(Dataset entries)

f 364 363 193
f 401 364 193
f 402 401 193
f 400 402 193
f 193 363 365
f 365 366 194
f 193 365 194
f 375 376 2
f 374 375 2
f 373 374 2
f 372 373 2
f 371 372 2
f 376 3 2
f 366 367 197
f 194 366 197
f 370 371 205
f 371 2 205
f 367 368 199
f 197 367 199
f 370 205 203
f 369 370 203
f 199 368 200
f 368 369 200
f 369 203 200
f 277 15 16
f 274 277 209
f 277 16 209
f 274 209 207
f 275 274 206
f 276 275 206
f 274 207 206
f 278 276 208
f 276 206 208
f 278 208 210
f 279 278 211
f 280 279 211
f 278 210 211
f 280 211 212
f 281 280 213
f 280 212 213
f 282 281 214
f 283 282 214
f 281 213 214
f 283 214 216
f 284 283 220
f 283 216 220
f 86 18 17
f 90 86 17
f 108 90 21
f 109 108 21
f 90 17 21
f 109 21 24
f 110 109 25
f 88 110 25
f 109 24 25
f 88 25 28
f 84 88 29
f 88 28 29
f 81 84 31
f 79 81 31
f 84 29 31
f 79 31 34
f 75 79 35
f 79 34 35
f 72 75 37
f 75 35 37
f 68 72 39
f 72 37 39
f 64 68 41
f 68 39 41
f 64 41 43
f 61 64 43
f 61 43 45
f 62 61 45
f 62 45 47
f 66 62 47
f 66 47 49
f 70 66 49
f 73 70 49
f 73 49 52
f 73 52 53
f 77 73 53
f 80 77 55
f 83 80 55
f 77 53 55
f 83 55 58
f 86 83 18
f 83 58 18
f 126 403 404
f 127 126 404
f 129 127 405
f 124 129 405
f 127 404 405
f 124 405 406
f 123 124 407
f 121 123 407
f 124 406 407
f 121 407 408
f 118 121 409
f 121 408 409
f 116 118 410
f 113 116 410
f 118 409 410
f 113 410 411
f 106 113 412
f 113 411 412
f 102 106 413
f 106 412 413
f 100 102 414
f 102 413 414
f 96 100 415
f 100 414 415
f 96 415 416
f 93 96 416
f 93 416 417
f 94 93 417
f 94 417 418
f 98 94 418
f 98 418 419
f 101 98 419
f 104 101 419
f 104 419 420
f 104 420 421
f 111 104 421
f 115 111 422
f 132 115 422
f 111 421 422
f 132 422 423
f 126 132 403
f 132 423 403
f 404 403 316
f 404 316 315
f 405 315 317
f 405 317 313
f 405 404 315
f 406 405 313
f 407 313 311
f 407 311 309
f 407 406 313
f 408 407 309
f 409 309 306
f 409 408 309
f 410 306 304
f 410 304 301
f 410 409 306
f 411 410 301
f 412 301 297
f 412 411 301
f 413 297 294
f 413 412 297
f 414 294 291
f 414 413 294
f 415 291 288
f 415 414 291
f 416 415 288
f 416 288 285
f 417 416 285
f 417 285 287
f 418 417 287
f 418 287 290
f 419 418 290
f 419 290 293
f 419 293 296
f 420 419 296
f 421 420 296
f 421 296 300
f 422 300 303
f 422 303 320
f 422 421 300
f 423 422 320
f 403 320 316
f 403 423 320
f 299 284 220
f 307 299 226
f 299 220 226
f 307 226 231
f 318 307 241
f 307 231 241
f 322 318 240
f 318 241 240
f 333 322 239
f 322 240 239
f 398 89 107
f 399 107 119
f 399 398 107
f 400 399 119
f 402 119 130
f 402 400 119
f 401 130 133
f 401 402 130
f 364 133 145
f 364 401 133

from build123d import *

**Your goal:** Look back at the entries above. Retype the line with "f 100 102 414", the line with "f 126 132 403", and all lines in between.

**Written solution:**
f 100 102 414
f 102 413 414
f 96 100 415
f 100 414 415
f 96 415 416
f 93 96 416
f 93 416 417
f 94 93 417
f 94 417 418
f 98 94 418
f 98 418 419
f 101 98 419
f 104 101 419
f 104 419 420
f 104 420 421
f 111 104 421
f 115 111 422
f 132 115 422
f 111 421 422
f 132 422 423
f 126 132 403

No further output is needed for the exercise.